Start of Records for this exercise

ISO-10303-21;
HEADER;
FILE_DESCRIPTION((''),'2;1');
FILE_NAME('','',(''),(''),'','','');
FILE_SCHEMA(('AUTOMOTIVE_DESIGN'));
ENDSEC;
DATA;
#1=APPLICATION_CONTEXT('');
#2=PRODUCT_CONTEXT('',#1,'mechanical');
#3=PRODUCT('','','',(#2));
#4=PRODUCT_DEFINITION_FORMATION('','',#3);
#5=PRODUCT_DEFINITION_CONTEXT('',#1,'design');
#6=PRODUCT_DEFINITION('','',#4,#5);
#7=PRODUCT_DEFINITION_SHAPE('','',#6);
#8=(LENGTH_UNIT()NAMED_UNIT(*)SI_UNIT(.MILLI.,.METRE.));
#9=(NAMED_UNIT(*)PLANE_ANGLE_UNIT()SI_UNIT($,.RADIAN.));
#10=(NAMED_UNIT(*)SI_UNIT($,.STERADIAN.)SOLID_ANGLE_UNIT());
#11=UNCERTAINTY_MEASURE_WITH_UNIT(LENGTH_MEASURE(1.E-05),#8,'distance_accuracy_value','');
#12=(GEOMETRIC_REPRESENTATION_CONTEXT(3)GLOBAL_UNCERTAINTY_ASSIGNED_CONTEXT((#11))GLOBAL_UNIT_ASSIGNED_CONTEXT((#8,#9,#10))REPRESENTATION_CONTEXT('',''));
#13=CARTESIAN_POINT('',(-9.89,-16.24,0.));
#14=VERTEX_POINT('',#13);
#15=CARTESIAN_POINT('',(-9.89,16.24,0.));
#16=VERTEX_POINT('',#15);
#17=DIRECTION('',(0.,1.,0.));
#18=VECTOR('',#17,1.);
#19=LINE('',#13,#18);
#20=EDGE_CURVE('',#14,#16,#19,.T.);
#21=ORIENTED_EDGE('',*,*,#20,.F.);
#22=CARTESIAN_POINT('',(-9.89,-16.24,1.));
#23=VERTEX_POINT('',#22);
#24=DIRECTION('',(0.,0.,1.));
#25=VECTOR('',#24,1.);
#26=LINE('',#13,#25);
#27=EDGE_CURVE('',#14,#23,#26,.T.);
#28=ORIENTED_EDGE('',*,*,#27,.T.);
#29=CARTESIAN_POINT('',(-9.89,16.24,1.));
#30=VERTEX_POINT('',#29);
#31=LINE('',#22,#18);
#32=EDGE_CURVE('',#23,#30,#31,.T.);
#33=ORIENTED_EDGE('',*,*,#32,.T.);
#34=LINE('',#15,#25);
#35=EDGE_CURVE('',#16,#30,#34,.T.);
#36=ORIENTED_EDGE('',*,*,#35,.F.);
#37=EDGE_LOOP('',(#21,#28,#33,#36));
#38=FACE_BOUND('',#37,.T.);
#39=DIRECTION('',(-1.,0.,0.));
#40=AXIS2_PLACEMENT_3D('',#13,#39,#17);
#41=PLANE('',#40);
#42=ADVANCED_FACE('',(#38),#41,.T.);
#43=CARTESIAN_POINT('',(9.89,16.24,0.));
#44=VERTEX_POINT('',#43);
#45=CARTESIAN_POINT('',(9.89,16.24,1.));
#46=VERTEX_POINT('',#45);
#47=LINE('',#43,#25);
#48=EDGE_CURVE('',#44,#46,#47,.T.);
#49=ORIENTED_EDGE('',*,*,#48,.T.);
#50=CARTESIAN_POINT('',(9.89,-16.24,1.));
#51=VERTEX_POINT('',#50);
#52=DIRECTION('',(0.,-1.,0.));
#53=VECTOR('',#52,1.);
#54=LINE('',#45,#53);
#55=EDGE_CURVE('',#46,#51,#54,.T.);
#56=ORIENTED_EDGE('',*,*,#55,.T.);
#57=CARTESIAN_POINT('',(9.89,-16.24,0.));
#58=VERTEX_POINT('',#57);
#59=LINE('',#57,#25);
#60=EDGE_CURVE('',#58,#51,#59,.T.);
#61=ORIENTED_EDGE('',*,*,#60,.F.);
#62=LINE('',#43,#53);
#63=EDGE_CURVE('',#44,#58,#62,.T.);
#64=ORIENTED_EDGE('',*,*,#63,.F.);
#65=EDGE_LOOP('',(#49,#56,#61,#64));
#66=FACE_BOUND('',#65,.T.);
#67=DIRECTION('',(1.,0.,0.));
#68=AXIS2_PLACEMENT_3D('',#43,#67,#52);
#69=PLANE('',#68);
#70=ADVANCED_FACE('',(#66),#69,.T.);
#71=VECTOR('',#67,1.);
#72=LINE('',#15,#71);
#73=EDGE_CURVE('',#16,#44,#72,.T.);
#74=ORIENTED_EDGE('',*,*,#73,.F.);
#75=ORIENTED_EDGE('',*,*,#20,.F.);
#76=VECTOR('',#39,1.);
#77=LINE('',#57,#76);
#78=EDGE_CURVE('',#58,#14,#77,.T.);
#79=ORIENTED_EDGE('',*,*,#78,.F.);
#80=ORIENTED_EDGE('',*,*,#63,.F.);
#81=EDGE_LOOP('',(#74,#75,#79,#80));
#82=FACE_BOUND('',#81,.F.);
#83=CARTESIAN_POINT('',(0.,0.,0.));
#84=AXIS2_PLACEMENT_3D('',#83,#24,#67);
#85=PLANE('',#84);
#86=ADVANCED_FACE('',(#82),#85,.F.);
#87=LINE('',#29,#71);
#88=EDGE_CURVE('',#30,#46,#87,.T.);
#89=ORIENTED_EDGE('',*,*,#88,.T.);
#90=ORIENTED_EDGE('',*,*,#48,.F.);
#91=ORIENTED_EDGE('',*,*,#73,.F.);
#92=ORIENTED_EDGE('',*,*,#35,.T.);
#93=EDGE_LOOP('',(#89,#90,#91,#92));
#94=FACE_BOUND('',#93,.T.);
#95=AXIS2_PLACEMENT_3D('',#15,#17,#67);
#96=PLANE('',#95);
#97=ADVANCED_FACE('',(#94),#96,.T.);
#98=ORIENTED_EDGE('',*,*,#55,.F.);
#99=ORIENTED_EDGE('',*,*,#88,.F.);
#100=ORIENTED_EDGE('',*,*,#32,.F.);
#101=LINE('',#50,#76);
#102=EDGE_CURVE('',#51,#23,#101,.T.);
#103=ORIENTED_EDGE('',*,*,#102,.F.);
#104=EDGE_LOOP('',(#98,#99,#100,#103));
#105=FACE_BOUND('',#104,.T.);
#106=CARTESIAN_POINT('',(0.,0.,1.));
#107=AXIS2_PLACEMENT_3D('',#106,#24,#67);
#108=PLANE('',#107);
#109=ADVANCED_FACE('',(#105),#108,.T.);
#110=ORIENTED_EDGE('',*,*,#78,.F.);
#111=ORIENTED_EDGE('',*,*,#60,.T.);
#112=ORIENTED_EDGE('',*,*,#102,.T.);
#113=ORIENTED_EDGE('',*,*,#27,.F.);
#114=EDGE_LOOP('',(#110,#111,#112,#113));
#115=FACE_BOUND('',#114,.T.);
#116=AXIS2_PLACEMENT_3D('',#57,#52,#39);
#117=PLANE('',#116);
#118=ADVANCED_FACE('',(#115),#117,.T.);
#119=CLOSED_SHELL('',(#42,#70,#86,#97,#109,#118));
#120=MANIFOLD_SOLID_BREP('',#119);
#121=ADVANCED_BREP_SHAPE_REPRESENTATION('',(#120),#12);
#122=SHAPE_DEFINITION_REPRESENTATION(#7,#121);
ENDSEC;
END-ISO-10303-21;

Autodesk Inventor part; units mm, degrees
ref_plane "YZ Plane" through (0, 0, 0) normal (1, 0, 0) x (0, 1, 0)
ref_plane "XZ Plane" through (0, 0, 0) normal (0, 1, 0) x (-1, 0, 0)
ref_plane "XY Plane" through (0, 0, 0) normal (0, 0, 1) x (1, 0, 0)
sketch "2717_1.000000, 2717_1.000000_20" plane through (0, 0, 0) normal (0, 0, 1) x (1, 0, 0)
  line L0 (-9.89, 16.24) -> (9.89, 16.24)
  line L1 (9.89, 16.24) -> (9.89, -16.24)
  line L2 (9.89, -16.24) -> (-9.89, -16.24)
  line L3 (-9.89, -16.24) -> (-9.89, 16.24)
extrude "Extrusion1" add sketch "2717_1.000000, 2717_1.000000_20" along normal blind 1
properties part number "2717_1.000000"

End of Records for this exercise

__Activity__.
Your answer must be the line holding "#122=SHAPE_DEFINITION_REPRESENTATION(#7,#121);" plus every later line to the end of the records, copied exactly.

__Solution__.
#122=SHAPE_DEFINITION_REPRESENTATION(#7,#121);
ENDSEC;
END-ISO-10303-21;

Autodesk Inventor part; units mm, degrees
ref_plane "YZ Plane" through (0, 0, 0) normal (1, 0, 0) x (0, 1, 0)
ref_plane "XZ Plane" through (0, 0, 0) normal (0, 1, 0) x (-1, 0, 0)
ref_plane "XY Plane" through (0, 0, 0) normal (0, 0, 1) x (1, 0, 0)
sketch "2717_1.000000, 2717_1.000000_20" plane through (0, 0, 0) normal (0, 0, 1) x (1, 0, 0)
  line L0 (-9.89, 16.24) -> (9.89, 16.24)
  line L1 (9.89, 16.24) -> (9.89, -16.24)
  line L2 (9.89, -16.24) -> (-9.89, -16.24)
  line L3 (-9.89, -16.24) -> (-9.89, 16.24)
extrude "Extrusion1" add sketch "2717_1.000000, 2717_1.000000_20" along normal blind 1
properties part number "2717_1.000000"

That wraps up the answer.